▶ _Problem statement_:
Line count for "Horizontal": state how many lines of the data below include it, and output nothing more.

*** Recorded information Section Begins ***

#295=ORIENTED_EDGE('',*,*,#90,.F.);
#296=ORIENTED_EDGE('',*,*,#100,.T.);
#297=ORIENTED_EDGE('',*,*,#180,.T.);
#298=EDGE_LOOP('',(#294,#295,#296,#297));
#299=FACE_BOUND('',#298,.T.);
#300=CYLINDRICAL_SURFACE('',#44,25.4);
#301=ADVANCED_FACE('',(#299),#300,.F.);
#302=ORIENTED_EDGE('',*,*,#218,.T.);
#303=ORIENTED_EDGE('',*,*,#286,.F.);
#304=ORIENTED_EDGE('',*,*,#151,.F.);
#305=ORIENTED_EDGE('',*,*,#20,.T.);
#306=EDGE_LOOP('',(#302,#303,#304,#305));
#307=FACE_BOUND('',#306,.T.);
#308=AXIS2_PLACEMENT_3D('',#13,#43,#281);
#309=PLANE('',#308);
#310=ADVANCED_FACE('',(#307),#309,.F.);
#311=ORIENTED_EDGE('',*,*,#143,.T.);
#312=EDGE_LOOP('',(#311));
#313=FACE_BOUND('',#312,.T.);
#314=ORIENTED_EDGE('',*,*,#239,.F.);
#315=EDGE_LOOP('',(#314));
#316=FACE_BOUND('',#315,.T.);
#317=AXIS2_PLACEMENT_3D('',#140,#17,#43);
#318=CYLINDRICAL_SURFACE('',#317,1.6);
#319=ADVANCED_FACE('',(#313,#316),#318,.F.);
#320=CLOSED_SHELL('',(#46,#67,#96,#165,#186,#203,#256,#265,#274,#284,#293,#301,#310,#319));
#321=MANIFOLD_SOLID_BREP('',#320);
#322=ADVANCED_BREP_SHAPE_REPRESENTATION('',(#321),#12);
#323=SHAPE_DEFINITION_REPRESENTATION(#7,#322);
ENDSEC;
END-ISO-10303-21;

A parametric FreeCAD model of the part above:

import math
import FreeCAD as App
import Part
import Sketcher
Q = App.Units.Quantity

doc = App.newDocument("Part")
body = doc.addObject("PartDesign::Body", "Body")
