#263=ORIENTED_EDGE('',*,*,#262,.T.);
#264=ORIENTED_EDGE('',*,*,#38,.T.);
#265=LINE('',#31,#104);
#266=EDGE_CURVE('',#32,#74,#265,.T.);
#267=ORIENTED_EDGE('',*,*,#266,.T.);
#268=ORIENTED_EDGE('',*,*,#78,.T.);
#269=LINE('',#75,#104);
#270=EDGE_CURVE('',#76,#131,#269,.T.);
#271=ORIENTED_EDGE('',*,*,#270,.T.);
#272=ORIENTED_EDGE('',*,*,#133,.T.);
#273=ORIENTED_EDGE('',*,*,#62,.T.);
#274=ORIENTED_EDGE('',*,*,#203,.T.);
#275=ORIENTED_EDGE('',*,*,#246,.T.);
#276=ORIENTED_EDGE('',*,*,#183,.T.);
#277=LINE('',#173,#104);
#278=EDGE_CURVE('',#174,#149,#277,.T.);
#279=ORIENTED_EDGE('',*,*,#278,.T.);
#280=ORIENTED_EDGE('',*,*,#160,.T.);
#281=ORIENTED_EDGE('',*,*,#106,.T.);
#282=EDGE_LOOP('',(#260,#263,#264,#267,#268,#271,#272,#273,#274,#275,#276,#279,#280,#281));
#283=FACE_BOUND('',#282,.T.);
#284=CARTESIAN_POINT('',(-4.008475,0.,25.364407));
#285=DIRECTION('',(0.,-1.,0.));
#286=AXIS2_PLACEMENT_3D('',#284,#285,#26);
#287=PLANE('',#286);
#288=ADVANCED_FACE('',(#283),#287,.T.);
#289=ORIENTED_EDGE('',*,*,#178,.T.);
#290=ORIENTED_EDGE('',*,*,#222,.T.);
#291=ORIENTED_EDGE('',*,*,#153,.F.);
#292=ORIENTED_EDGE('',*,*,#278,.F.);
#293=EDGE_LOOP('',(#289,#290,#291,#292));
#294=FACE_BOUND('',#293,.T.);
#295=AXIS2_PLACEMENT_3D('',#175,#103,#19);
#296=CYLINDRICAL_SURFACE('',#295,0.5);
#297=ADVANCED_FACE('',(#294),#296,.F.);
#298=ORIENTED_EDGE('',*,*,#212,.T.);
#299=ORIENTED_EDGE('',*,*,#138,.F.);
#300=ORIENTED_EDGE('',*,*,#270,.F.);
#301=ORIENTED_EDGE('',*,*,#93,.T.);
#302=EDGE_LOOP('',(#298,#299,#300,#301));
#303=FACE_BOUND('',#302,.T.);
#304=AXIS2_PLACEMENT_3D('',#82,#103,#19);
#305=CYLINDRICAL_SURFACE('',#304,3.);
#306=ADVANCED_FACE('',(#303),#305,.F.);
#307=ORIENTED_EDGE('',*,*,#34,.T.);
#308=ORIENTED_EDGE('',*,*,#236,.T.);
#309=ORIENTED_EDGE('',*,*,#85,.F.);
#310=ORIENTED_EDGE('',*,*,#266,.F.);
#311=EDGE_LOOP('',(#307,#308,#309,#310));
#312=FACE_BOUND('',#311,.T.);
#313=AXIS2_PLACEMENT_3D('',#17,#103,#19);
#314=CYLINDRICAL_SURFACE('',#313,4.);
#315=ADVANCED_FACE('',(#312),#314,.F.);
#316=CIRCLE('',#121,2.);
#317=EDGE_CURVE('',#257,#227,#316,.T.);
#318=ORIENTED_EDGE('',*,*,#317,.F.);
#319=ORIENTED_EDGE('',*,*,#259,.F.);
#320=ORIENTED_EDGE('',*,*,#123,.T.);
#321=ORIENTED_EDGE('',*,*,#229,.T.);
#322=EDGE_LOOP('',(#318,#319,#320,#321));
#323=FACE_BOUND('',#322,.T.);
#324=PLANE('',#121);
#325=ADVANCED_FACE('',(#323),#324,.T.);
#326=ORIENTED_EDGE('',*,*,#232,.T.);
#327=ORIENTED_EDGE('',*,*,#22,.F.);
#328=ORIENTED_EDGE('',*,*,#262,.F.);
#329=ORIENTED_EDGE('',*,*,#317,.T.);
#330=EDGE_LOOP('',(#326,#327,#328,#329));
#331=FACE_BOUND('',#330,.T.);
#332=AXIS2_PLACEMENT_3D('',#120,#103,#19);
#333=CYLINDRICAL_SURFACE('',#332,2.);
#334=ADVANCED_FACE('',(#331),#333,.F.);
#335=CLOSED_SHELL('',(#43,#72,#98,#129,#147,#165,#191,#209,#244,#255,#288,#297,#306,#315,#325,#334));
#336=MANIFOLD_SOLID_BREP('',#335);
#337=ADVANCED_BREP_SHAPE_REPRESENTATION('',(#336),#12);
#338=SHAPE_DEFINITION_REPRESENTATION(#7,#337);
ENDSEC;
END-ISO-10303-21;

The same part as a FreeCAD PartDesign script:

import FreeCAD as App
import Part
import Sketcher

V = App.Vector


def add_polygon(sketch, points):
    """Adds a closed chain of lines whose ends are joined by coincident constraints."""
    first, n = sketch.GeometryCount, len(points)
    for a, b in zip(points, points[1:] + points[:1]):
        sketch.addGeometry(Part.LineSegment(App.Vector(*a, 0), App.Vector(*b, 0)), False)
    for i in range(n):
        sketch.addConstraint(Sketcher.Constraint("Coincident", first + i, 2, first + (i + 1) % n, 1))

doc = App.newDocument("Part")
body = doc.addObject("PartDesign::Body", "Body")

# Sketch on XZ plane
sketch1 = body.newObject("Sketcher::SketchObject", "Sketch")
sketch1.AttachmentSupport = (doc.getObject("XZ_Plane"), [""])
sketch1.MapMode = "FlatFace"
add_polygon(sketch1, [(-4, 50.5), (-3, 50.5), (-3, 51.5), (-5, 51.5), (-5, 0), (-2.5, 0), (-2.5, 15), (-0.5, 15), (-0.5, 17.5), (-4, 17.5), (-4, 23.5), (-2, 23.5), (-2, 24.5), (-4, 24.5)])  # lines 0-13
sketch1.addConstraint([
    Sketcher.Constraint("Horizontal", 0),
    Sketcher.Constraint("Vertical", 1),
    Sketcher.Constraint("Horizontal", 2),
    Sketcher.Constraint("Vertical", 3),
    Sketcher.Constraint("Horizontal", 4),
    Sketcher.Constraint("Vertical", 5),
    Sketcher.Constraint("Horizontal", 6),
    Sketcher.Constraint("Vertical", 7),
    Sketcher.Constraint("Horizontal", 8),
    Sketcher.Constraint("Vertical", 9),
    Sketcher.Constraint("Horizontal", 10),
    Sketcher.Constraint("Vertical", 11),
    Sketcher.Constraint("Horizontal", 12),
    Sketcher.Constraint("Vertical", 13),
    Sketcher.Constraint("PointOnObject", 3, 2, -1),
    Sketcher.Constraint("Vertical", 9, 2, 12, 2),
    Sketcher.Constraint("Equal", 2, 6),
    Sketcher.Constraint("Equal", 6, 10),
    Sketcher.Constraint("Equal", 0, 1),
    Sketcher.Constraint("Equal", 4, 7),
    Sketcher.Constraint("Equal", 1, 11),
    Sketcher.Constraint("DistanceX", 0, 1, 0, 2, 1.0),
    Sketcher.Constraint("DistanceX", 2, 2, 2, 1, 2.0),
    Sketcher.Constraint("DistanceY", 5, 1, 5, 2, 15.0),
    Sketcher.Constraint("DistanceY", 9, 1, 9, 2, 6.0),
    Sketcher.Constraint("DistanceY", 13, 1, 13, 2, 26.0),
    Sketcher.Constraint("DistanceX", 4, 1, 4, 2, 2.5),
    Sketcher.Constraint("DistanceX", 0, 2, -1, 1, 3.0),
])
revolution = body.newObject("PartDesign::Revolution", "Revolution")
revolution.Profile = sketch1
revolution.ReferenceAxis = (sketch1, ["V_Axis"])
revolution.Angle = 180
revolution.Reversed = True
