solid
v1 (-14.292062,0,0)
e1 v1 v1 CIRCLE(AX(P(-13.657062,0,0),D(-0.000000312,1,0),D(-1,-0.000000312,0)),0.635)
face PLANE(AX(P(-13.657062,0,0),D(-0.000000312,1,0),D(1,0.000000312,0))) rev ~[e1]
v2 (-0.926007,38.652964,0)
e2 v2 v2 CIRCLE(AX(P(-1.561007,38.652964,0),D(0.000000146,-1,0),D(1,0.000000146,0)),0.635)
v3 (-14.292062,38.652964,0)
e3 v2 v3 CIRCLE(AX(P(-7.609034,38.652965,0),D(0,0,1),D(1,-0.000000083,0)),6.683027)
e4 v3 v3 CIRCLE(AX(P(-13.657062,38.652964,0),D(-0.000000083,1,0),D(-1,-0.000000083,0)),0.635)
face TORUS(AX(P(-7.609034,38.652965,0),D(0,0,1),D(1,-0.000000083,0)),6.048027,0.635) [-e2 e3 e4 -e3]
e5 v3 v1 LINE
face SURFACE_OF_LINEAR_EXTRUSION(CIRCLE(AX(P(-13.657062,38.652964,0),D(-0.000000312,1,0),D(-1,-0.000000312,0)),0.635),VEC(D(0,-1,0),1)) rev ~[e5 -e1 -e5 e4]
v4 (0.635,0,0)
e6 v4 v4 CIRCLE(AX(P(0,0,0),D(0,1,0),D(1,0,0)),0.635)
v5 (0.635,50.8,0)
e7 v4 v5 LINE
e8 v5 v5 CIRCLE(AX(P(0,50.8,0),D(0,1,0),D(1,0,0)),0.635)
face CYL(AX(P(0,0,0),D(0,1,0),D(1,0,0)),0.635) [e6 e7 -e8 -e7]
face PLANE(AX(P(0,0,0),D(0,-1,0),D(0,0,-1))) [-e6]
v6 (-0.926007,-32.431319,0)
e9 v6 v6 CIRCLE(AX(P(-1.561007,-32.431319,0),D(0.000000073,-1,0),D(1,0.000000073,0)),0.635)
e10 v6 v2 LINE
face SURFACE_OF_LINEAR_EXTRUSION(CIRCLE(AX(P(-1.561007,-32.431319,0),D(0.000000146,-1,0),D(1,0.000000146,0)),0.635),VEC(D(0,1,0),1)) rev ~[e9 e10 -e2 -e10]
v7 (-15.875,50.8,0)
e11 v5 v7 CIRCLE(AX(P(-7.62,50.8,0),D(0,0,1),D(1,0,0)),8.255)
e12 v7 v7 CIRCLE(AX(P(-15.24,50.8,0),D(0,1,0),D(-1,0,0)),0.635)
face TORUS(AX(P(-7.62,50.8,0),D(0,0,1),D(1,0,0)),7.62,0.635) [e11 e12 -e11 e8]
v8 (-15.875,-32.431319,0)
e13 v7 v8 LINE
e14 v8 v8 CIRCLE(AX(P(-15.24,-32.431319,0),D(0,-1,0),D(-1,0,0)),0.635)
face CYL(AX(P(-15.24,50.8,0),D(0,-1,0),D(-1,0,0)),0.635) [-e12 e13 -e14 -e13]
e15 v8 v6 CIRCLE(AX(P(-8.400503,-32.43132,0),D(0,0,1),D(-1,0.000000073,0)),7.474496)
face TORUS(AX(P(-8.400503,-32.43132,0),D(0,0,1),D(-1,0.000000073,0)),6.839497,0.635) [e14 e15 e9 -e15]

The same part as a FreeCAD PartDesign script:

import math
import FreeCAD as App
import Part
import Sketcher

V = App.Vector
Q = App.Units.Quantity

doc = App.newDocument("Part")
body = doc.addObject("PartDesign::Body", "Body")

# Sketch on XZ plane
sketch1 = body.newObject("Sketcher::SketchObject", "Sketch")
sketch1.AttachmentSupport = (doc.getObject("XZ_Plane"), [""])
sketch1.MapMode = "FlatFace"
sketch1.addGeometry(Part.Circle(V(0, 0, 0), V(0, 0, 1), 0.6), False)
sketch1.addConstraint([
    Sketcher.Constraint("Coincident", 0, 3, -1, 1),
    Sketcher.Constraint("Diameter", 0, Q("0.05 in")),
])

# Sketch on XY plane
sketch2 = body.newObject("Sketcher::SketchObject", "Sketch001")
sketch2.AttachmentSupport = (doc.getObject("XY_Plane"), [""])
sketch2.MapMode = "FlatFace"
sketch2.addGeometry([
    Part.LineSegment(V(0, 0, 0), V(0, 51, 0)),  # 0
    Part.ArcOfCircle(Part.Circle(V(-8, 51, 0), V(0, 0, 1), 8), math.radians(0), math.radians(180)),  # 1
    Part.LineSegment(V(-15, 51, 0), V(-15, -32, 0)),  # 2
    Part.ArcOfCircle(Part.Circle(V(-8, -32, 0), V(0, 0, 1), 7), math.radians(180), math.radians(360)),  # 3
    Part.LineSegment(V(-2, -32, 0), V(-2, 39, 0)),  # 4
    Part.ArcOfCircle(Part.Circle(V(-8, 39, 0), V(0, 0, 1), 6), math.radians(0), math.radians(180)),  # 5
    Part.LineSegment(V(-14, 39, 0), V(-14, 0, 0)),  # 6
], False)
sketch2.addConstraint([
    Sketcher.Constraint("Tangent", 0, 2, 1, 1),
    Sketcher.Constraint("Tangent", 1, 2, 2, 1),
    Sketcher.Constraint("Tangent", 2, 2, 3, 1),
    Sketcher.Constraint("Tangent", 3, 2, 4, 1),
    Sketcher.Constraint("Tangent", 4, 2, 5, 1),
    Sketcher.Constraint("Tangent", 5, 2, 6, 1),
    Sketcher.Constraint("Vertical", 0),
    Sketcher.Constraint("Vertical", 2),
    Sketcher.Constraint("Vertical", 4),
    Sketcher.Constraint("Vertical", 6),
    Sketcher.Constraint("Coincident", 0, 1, -1, 1),
    Sketcher.Constraint("PointOnObject", 6, 2, -1),
    Sketcher.Constraint("Radius", 1, Q("0.3 in")),
    Sketcher.Constraint("DistanceY", 0, 1, 0, 2, Q("2 in")),
    Sketcher.Constraint("Radius", 3, Q("6.839497 mm")),
    Sketcher.Constraint("Radius", 5, Q("6.048027 mm")),
    Sketcher.Constraint("DistanceY", 2, 2, 2, 1, Q("83.231319 mm")),
    Sketcher.Constraint("DistanceY", 4, 1, 4, 2, Q("71.084283 mm")),
])
doc.recompute()

additivepipe = body.newObject("PartDesign::AdditivePipe", "AdditivePipe")
additivepipe.Profile = sketch1
additivepipe.Spine = (sketch2, ["Edge1", "Edge2", "Edge3", "Edge4", "Edge5", "Edge6", "Edge7"])

doc.recompute()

*** Recorded information Section Ends ***

▶ _Task answer_:
7